# Food for paphs and phrags?



## Noah Arthur (Aug 31, 2019)

Hey orchid people! My first post here. I just got my first orchid a couple weeks ago. I was immediately hooked, and now I have five of them, including a stunning Paph maudiae-type in bloom and a Phrag 'Betheva' in spike...

Most of the slipper care info I've found online is pretty straightforward, but I'm having a hard time figuring out what to feed them. Is it true that paphs and phrags need different fertilizer formulations? The info I found says that paphs need 30-10-10, and phrags need urea-free 20-10-20. :-/

Also... Will a couple hours of direct sun in the evening harm the paph and/or phrag? 

Thanks!

Noah


----------



## richgarrison (Aug 31, 2019)

Welcome to the obsession.... 

There are a lot of threads on this forum about fertilizer and watering... (e.g., open the "slipper orchid culture" forum https://www.slippertalk.com/forums/slipper-orchid-culture.18/) 

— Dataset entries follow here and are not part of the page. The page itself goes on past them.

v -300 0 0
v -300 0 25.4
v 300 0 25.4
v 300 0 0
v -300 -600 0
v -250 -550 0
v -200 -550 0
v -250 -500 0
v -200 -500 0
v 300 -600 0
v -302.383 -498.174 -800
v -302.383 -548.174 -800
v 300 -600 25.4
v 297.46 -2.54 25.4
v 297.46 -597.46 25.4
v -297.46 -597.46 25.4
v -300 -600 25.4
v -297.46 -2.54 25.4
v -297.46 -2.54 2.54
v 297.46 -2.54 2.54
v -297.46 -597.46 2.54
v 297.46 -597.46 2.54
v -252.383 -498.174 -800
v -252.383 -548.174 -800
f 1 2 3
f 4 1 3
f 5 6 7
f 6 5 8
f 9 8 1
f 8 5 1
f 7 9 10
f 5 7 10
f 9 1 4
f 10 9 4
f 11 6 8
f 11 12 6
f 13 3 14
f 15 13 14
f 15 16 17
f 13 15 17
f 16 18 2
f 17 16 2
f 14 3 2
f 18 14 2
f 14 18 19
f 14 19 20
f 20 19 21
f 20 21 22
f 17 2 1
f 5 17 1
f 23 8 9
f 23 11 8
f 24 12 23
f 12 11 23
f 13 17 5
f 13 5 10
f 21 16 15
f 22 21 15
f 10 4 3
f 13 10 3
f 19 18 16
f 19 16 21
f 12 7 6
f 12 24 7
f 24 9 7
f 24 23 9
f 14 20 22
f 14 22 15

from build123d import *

# Parameters (mm, degrees)
F1_DEPTH = 600
F2_T     = -2.54
F3_W     = 50
F3_H     = 50
F5_W     = 50
F5_H     = 50


with BuildPart() as f1:
    # F0 (on Front) → F1 (new body)
    with BuildSketch(Plane.XZ):
        Polygon((300, 25.4), (-300, 25.4), (-300, 0), (-250, 0), (250, 0), (300, 0), align=None)
    extrude(amount=F1_DEPTH)

    # F2
    f2_openings = [f1.faces().sort_by_distance(p)[0] for p in [
        (0, -300, 25.4),
    ]]
    offset(amount=F2_T, openings=f2_openings)

    # F3 (on face) → F6 section 0
    with BuildSketch(Plane(origin=(0, 0, 0), x_dir=(1, 0, 0), z_dir=(0, 0, -1))):
        with Locations((-225, 525)):
            Rectangle(F3_W, F3_H)
    # F5 (on offset) → F6 section 1
    with BuildSketch(Plane.XY.offset(-800)):
        with Locations((-277.383376, -523.17366)):
            Rectangle(F5_W, F5_H)
    loft()


solid = f1.part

let your fingers do the walking....


----------



## abax (Aug 31, 2019)

Concerning Phrags., I use K-Lite from First Rays and have been very
pleased with the results. I'm far too lazy to mix up my own fertilizer
and K-Lite can be used at 1/4 tsp. per gallon right out of the
container. In addition, it doesn't turn to mush like Peter's, for
instance.


----------



## troy (Sep 1, 2019)

Are you talking about Peter's 15 -5-15 xl cal mag?


----------



## abax (Sep 1, 2019)

Not particularly that Peter's. I used to use Peter's products a long
time ago, but found that it did turn to mush in my gh no matter
how I tried to protect the container. K-Lite doesn't do that with
minimal protection of the jar.


----------



## troy (Sep 1, 2019)

I got a 25 lb. Bag of jr Peters Jack's 15 -5-15 cal mag professional xl and 3/4 of it absorbed water in water tight special containers lol.. dammit!! I doubled up on airtight containers and put it in my closet, I have some left


----------



## abax (Sep 2, 2019)

Yep, that was my experience with Peter's.


----------



## Silverwhisp (Sep 3, 2019)

abax said:


> Yep, that was my experience with Peter's.

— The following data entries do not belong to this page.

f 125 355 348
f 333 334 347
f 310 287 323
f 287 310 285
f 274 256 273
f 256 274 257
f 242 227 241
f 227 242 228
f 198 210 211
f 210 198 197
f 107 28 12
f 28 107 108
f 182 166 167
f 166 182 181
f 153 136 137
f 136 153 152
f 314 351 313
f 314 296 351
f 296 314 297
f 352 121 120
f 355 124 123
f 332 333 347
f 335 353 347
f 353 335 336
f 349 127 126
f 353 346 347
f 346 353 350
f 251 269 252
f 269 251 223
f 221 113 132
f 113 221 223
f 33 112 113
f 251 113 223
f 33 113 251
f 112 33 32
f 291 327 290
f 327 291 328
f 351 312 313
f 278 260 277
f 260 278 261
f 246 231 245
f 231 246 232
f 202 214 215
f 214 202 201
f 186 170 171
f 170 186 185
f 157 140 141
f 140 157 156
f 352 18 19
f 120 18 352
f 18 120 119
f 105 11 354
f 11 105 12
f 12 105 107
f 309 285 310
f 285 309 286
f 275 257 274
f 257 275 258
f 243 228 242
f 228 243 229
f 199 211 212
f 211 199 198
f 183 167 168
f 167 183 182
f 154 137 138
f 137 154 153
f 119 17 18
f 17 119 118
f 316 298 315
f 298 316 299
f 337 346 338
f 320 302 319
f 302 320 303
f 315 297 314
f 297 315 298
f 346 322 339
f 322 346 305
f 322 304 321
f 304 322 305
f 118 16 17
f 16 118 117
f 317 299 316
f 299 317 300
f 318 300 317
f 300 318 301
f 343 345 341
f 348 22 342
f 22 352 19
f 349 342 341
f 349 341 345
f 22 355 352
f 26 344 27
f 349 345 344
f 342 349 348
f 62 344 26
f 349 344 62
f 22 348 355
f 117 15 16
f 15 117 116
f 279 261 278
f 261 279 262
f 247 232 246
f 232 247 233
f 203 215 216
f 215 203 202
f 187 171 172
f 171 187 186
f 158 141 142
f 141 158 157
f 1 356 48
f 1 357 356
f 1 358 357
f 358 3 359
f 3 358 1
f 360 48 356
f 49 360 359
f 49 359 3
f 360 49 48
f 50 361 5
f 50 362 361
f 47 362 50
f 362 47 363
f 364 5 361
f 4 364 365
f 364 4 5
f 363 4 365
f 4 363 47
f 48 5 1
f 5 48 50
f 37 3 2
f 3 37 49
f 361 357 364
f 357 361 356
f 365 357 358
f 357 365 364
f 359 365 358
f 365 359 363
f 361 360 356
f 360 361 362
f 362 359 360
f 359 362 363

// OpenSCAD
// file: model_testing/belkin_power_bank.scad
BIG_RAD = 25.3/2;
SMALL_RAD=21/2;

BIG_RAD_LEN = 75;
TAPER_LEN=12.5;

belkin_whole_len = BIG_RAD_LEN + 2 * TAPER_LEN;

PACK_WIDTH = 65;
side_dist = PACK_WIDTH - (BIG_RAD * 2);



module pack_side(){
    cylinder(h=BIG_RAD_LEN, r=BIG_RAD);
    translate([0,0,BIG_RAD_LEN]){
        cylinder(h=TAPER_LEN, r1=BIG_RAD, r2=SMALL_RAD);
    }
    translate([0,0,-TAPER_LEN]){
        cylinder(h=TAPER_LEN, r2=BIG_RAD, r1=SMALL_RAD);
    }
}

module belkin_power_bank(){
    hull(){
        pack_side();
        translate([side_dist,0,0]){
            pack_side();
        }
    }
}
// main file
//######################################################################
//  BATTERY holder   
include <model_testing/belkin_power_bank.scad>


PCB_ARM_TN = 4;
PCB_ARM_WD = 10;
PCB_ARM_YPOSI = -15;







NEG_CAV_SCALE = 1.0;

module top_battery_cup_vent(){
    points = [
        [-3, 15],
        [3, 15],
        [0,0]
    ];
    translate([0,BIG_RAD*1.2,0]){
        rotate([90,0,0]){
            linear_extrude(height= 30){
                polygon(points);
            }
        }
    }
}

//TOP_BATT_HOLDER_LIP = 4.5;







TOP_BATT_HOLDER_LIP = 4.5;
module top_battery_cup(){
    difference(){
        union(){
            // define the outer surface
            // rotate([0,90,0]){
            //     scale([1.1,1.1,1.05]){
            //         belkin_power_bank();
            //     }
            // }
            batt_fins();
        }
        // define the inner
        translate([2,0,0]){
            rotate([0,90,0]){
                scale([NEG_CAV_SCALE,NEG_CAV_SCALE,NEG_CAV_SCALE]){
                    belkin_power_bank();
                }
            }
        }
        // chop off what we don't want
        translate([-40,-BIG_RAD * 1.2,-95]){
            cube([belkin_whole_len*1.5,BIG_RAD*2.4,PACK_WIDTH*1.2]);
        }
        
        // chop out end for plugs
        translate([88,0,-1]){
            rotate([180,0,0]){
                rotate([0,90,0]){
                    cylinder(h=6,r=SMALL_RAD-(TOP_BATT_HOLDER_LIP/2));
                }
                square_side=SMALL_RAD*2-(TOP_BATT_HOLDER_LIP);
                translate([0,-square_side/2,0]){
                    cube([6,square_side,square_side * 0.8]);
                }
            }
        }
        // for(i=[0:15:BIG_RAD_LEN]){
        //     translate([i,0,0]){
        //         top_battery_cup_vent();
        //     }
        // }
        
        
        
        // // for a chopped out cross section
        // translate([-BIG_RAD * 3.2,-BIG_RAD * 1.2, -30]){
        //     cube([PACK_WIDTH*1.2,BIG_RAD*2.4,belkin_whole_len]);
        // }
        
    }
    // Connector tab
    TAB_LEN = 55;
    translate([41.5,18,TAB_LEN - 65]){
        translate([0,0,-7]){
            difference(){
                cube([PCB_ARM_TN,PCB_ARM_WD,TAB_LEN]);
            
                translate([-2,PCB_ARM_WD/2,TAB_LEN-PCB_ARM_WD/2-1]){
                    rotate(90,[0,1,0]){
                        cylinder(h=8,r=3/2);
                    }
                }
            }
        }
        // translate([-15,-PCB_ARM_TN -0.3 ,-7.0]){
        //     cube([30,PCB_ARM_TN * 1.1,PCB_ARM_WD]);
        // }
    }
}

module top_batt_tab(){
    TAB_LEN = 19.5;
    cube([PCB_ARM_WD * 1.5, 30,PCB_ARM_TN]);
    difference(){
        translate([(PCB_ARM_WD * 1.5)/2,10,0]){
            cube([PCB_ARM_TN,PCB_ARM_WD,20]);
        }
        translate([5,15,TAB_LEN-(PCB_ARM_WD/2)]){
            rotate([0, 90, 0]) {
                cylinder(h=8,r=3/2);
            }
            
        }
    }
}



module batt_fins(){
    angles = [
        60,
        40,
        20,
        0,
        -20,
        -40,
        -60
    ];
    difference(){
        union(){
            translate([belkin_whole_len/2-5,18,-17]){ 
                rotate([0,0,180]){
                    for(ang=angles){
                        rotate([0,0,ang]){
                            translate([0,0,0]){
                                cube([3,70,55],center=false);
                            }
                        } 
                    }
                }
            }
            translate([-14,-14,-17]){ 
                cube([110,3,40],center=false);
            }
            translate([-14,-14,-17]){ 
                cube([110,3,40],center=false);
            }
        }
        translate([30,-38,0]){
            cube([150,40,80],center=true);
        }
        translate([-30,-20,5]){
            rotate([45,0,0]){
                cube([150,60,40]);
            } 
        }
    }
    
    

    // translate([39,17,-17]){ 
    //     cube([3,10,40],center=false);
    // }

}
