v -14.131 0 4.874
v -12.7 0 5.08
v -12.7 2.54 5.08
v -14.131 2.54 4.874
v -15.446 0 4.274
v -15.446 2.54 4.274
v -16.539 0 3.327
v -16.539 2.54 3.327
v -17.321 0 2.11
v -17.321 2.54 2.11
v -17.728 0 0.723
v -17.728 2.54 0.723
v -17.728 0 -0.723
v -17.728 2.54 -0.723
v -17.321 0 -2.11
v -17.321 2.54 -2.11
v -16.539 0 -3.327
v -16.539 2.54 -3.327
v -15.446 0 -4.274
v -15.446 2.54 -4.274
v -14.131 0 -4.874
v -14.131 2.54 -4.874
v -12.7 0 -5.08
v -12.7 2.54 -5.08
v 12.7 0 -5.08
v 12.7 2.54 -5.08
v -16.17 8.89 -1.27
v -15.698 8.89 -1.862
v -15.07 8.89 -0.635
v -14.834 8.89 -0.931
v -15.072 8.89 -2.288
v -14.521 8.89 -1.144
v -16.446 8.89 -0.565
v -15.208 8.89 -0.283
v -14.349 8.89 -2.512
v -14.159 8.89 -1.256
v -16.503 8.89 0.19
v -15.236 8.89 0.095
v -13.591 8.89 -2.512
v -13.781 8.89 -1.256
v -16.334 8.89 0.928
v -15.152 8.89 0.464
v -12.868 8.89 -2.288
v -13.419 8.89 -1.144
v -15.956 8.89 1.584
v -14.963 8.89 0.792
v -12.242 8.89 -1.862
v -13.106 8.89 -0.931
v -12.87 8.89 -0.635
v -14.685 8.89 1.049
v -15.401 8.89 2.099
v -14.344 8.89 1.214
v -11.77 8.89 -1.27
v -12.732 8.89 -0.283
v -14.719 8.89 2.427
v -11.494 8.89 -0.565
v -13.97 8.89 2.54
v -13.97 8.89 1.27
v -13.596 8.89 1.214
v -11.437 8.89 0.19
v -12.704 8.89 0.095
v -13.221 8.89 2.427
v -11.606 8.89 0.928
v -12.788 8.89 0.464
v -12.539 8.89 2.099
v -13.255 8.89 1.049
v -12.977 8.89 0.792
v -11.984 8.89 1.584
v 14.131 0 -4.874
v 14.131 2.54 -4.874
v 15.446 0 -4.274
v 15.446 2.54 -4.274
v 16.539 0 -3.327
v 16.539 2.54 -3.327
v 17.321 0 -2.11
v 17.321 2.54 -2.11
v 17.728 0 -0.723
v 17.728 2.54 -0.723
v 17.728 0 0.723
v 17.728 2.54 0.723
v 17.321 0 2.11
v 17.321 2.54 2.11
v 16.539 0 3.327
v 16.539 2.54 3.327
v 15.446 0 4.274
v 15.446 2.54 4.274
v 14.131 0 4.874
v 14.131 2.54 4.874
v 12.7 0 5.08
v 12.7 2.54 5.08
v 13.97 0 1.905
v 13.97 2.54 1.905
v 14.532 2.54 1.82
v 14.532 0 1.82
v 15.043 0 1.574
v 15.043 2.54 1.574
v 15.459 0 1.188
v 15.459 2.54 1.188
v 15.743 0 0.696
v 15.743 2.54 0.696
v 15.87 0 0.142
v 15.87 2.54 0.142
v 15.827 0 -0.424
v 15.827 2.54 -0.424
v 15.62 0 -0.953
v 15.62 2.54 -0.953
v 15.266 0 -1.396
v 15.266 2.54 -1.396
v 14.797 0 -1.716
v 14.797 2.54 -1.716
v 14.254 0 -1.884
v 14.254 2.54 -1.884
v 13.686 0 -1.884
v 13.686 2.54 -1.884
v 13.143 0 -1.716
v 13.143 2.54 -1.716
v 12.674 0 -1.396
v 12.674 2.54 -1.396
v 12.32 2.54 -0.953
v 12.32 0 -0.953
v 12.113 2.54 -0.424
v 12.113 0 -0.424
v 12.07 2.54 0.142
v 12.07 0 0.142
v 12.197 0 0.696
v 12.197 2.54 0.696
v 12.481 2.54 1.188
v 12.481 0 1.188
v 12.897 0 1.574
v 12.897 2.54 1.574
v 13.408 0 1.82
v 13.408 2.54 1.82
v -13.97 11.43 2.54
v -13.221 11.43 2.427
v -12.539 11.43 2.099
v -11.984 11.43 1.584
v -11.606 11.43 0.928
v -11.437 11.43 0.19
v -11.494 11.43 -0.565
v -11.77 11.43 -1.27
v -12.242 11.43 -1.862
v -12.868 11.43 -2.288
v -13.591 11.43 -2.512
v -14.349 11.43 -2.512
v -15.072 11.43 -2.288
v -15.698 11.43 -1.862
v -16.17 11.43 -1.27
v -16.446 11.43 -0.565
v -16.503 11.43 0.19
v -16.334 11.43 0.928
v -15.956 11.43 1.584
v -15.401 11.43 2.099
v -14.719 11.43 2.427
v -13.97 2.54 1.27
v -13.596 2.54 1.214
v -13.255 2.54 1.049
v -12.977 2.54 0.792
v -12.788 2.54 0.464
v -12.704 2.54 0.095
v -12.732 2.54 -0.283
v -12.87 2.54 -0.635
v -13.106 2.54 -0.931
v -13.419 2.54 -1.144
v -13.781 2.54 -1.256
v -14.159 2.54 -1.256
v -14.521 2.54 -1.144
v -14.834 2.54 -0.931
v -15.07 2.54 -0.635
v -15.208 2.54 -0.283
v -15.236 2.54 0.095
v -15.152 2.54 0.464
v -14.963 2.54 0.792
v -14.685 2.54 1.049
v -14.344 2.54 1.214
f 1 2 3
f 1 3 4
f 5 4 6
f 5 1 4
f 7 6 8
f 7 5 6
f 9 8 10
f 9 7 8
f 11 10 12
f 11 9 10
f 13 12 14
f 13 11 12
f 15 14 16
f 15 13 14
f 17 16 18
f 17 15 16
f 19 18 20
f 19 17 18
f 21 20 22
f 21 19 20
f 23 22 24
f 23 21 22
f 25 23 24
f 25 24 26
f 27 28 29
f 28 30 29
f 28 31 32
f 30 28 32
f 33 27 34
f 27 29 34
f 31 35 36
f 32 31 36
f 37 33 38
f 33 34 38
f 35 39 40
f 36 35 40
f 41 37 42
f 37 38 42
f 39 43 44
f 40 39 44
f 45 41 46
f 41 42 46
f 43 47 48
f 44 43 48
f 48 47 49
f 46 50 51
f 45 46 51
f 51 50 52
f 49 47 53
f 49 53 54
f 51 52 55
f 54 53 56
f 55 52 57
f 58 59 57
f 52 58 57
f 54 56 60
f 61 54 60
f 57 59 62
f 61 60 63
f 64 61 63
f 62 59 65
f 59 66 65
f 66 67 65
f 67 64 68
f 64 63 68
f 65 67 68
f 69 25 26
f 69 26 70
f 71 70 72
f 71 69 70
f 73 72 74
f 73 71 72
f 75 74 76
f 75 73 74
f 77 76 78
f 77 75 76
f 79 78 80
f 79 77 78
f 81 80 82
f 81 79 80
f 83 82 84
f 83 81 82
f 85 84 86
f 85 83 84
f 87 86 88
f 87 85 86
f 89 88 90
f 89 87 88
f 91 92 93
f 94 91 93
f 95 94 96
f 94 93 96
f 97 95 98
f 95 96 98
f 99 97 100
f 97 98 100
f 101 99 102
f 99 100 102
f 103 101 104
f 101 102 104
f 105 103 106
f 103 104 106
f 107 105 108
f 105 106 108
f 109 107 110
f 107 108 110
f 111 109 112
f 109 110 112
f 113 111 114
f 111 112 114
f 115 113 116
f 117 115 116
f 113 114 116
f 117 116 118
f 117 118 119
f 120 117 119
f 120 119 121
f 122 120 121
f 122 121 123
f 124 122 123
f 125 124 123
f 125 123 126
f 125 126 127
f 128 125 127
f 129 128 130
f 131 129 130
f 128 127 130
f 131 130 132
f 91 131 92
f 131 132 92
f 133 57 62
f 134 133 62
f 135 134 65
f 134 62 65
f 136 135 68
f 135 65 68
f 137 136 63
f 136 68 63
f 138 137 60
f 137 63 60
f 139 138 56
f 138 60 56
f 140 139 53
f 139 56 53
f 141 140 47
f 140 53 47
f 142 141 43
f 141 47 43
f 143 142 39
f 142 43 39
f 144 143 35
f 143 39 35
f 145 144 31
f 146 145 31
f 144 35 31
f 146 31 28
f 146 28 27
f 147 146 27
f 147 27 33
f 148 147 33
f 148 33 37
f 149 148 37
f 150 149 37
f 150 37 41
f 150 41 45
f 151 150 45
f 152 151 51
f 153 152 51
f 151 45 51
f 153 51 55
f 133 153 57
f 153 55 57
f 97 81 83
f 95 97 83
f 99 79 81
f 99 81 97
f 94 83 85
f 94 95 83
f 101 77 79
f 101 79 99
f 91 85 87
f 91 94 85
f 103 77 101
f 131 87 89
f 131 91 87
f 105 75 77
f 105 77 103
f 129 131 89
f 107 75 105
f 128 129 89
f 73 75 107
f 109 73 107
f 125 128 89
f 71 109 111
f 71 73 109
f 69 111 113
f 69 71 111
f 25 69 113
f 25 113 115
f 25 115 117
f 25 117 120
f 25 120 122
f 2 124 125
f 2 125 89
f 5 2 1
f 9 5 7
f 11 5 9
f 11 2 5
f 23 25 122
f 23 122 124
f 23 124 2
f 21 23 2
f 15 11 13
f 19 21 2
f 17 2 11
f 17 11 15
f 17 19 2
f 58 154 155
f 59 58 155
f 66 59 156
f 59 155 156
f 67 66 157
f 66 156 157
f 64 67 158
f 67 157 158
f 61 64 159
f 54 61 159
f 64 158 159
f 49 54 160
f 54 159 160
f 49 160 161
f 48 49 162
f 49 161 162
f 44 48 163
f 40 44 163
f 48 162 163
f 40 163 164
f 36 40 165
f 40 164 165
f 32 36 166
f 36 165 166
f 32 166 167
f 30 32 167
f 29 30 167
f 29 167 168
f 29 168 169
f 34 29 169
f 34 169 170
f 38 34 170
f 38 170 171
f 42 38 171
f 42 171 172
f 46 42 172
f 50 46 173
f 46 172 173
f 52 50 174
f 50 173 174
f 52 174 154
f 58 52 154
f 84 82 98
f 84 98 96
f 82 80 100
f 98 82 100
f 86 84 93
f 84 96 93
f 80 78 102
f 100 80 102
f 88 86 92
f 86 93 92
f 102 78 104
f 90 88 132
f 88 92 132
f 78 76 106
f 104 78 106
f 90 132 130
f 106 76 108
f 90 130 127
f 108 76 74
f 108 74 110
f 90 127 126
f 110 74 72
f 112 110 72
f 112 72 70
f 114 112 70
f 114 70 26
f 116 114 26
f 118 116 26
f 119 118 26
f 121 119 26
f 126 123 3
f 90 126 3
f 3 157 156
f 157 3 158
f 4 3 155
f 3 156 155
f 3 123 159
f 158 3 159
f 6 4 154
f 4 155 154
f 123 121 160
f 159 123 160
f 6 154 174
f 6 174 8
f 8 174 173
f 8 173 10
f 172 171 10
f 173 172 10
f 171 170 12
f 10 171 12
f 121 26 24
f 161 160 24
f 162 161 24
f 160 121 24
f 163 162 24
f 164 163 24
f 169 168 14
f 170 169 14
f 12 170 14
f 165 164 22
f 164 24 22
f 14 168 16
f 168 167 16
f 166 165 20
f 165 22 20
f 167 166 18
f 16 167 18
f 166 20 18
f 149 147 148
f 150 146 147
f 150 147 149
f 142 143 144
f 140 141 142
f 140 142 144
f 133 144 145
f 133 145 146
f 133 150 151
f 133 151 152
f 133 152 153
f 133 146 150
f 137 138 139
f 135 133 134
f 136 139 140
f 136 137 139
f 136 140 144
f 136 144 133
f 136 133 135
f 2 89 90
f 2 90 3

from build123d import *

# Parameters (mm, degrees)
BATON_DEPTH       = 2.54
SKETCH2_R         = 1.27
JOIN_DEPTH        = 6.35
SKETCH4_R         = 2.54
JOINER_CAP_DEPTH  = 2.54
SKETCH5_R         = 1.905
JOINER_HOLE_DEPTH = 2.54


with BuildPart() as part:
    # Sketch1 → baton (new body)
    with BuildSketch(Plane(origin=(0, 0, 0), x_dir=(1, 0, 0), z_dir=(0, 1, 0))):
        with BuildLine():
            Line((-12.7, 5.08), (12.7, 5.08))
            ThreePointArc((12.7, 5.08), (17.78, 0), (12.7, -5.08))
            Line((12.7, -5.08), (-12.7, -5.08))
            ThreePointArc((-12.7, -5.08), (-17.78, 0), (-12.7, 5.08))
        make_face()
    extrude(amount=BATON_DEPTH)

    # Sketch2 → join (add)
    with BuildSketch(Plane(origin=(0, 2.54, 0), x_dir=(1, 0, 0), z_dir=(0, 1, 0))):
        with Locations(Location((-13.97, 0, 0), (0, 0, 270))):
            Circle(SKETCH2_R)
    extrude(amount=JOIN_DEPTH)

    # Sketch4 → joiner cap (add)
    with BuildSketch(Plane(origin=(0, 8.89, 0), x_dir=(1, 0, 0), z_dir=(0, 1, 0))):
        with Locations(Location((-13.97, 0, 0), (0, 0, 270))):
            Circle(SKETCH4_R)
    extrude(amount=JOINER_CAP_DEPTH)

    # Sketch5 → joiner hole (cut)
    with BuildSketch(Plane(origin=(0, 2.54, 0), x_dir=(1, 0, 0), z_dir=(0, 1, 0))):
        with Locations(Location((13.97, 0, 0), (0, 0, 270))):
            Circle(SKETCH5_R)
    extrude(amount=-JOINER_HOLE_DEPTH, mode=Mode.SUBTRACT)


solid = part.part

Ditto for me. Did you still use it, even though it was mushy?


----------



## troy (Sep 3, 2019)

I threw it out, maybe one of the chemistry major members could chime in on this thread, hopefully!!! To validate whether it is still useable or not... there are quite a few members here


----------



## Ray (Sep 4, 2019)

For the most part, the fertilizers we purchase are blends of inorganic compounds, so from a chemical standpoint, if they get wet from absorbed humidity, there is nothing wrong with them.The problem is accurately mixing them. 

If you work with mass per volume, you're out of luck, as there is no way to know just how much water it contains. If you're a volume-per-volume (tsp/gal) user, you're probably OK, as the water doesn't add all that much, so if anything you might underdose a slight bit, and that won't hurt anything.


----------



## Silverwhisp (Sep 4, 2019)

Ray said:


> For the most part, the fertilizers we purchase are blends of inorganic compounds, so from a chemical standpoint, if they get wet from absorbed humidity, there is nothing wrong with them.The problem is accurately mixing them.
> 
> If you work with mass per volume, you're out of luck, as there is no way to know just how much water it contains. If you're a volume-per-volume (tsp/gal) user, you're probably OK, as the water doesn't add all that much, so if anything you might underdose a slight bit, and that won't hurt anything.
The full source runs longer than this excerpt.